Aaron McCarthy

Personal information
- Nationality: Australia
- Born: 18 March 1994 (age 32)

Sport
- Country: Australia
- Sport: Para-snowboarding
- Disability class: SB-LL1

= Aaron McCarthy (snowboarder) =

Australian Paralympic snowboarder

Aaron McCarthy (born 18 March 1994) is an Australian Paralympian who competed for Australia in para-snowboarding at the 2026 Winter Paralympics.

==Personal==
On 14 December 2021, as a barley farmer, his left leg was caught in a harvester. He saved his own life by tourniqueting his leg with a shirt and calling emergency services and his wife. His left leg was amputated above the knee. He is married to Tahnee and they have three children. In 2026, he continues to work on his farm just outside the Riverina town of The Rock.

==Snowboarding==
McCarthy learnt to snowboard in 2022 alongside Paralympian Joany Badenhorst in Thredbo as part of his rehabilitation. In 2023, he attended para snowboard development camp run by Snow Australia and Disabled Wintersport Australia (DWA). McCarthy debuted for Australia during the 2024–25 European winter season and winning the European Cup overall standings for his classification.
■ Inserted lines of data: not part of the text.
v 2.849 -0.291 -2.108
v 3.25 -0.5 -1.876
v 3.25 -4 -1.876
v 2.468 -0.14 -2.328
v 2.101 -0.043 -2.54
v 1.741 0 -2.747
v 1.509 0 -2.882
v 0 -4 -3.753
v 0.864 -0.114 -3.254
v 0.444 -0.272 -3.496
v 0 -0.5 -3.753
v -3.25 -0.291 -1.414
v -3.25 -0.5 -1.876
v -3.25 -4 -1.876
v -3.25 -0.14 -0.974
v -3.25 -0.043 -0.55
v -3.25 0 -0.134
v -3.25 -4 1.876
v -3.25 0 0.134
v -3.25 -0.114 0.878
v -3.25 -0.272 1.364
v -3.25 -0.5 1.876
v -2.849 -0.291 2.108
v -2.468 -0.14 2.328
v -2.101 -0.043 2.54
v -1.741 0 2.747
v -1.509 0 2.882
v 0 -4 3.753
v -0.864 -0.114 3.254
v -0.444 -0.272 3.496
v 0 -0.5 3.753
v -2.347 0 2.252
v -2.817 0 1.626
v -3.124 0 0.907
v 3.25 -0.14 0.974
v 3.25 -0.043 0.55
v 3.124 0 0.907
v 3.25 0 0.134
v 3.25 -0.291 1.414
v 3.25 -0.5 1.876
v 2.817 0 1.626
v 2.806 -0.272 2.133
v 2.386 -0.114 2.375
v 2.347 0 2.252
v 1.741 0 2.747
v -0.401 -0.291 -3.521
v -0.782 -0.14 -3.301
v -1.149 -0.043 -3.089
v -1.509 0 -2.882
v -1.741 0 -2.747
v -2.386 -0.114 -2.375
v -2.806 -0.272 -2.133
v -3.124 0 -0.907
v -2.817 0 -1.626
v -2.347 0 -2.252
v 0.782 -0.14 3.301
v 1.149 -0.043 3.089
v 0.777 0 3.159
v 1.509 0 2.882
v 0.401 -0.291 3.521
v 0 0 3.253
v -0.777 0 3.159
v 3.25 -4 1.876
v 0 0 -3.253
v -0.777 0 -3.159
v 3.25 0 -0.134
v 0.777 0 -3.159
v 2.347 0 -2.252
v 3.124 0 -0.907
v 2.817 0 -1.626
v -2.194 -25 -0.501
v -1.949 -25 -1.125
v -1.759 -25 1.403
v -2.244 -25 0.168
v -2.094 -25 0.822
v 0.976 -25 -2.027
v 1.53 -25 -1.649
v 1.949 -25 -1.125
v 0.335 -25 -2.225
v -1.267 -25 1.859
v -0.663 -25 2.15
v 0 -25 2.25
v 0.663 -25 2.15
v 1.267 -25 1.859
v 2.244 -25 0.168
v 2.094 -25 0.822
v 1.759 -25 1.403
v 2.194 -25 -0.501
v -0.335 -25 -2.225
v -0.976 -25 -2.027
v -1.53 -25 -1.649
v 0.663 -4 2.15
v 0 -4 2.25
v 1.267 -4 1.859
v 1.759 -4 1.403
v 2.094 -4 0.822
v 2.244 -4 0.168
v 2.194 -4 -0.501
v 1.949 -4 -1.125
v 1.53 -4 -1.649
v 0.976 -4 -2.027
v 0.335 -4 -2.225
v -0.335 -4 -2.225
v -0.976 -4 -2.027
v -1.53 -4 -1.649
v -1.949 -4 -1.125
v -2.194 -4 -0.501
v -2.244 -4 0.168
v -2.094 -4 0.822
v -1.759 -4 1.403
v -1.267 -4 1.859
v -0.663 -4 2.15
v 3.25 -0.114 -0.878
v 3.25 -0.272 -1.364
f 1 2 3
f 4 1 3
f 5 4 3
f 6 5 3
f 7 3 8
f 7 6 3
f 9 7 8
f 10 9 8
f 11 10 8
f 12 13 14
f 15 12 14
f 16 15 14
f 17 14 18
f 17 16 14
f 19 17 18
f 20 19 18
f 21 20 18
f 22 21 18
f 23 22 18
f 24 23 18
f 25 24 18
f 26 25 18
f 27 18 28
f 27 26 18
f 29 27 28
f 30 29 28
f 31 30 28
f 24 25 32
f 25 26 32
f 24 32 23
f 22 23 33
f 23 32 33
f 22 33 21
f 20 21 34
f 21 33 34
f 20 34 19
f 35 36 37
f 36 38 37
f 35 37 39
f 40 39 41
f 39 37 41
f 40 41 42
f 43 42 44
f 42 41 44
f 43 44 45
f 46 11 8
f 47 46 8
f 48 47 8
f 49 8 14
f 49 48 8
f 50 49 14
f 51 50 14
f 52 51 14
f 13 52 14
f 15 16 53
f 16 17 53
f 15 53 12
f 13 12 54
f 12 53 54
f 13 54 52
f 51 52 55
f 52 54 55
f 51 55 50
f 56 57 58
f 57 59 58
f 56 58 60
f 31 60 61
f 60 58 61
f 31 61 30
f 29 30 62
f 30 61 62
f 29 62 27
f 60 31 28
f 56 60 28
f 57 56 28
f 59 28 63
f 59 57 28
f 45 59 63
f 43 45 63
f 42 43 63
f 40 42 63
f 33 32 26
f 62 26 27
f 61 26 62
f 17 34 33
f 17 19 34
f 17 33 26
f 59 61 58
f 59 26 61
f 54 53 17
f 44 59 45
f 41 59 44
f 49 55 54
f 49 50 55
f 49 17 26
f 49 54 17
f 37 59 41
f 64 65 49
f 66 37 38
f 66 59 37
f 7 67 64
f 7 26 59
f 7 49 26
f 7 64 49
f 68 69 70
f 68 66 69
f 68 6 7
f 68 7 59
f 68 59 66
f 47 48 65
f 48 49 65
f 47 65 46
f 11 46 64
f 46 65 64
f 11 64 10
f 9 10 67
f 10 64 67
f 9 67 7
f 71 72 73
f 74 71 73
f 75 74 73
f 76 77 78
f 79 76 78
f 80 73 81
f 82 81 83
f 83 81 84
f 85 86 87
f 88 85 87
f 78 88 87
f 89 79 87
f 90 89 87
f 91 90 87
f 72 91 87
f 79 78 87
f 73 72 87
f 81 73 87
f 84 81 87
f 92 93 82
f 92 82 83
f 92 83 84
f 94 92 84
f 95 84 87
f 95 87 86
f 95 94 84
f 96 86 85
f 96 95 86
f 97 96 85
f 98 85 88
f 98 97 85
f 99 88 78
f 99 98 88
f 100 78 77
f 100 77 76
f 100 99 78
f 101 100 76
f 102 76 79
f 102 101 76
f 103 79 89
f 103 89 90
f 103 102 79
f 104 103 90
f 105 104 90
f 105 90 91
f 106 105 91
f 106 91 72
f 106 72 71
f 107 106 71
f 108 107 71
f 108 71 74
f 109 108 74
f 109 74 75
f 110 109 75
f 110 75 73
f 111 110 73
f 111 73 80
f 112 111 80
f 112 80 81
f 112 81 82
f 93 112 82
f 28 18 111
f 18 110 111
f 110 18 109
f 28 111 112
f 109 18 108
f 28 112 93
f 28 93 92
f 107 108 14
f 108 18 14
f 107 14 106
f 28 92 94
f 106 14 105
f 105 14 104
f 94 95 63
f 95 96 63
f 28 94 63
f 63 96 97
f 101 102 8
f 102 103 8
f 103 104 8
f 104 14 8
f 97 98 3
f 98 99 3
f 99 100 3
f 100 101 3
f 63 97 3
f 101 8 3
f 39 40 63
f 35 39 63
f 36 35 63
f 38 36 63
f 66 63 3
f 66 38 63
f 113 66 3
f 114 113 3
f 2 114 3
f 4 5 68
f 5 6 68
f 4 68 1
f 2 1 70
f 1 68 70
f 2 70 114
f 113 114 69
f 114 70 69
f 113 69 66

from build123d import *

# Parameters (mm, degrees)
SKETCH2_R           = 2.25
BOSS_EXTRUDE1_DEPTH = 25
BOSS_EXTRUDE3_DEPTH = 4


with BuildPart() as part:
    # Sketch2 → Boss-Extrude1 (new body)
    with BuildSketch(Plane(origin=(0, 0, 0), x_dir=(1, 0, 0), z_dir=(0, 1, 0))):
        with Locations(Location((0, 0, 0), (0, 0, 270))):
            Circle(SKETCH2_R)
    extrude(amount=-BOSS_EXTRUDE1_DEPTH)

    # Sketch3 → Boss-Extrude3 (add)
    with BuildSketch(Plane(origin=(0, 0, 0), x_dir=(1, 0, 0), z_dir=(0, 1, 0))):
        Polygon((0, 3.75277675), (-3.25, 1.876388375), (-3.25, -1.876388375), (0, -3.75277675), (3.25, -1.876388375), (3.25, 1.876388375), align=None)
    extrude(amount=-BOSS_EXTRUDE3_DEPTH)

    # Sketch5 → Cut-Revolve2 (revolve, cut)
    with BuildSketch(Plane(origin=(0, 0, 0), x_dir=(0, 0, -1), z_dir=(1, 0, 0))):
        Polygon((3.25277675, 0), (3.75277675, 0), (3.75277675, -0.5), align=None)
    revolve(axis=Axis((0, 0, 0), (0, -1, 0)), mode=Mode.SUBTRACT)


solid = part.part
In January 2026, he suffered a collarbone injury in a crash at the Para Snowboard World Cup in Canada leaving him just short of selection for the 2026 Winter Paralympics.

At the 2026 Winter Paralympics, he finished 12th in the Snowboard Cross SB-LL1 and 13th in the Snowboard Banked SB-LL1. In 2026, he was awarded Paralympics Australia Rookie of the Year.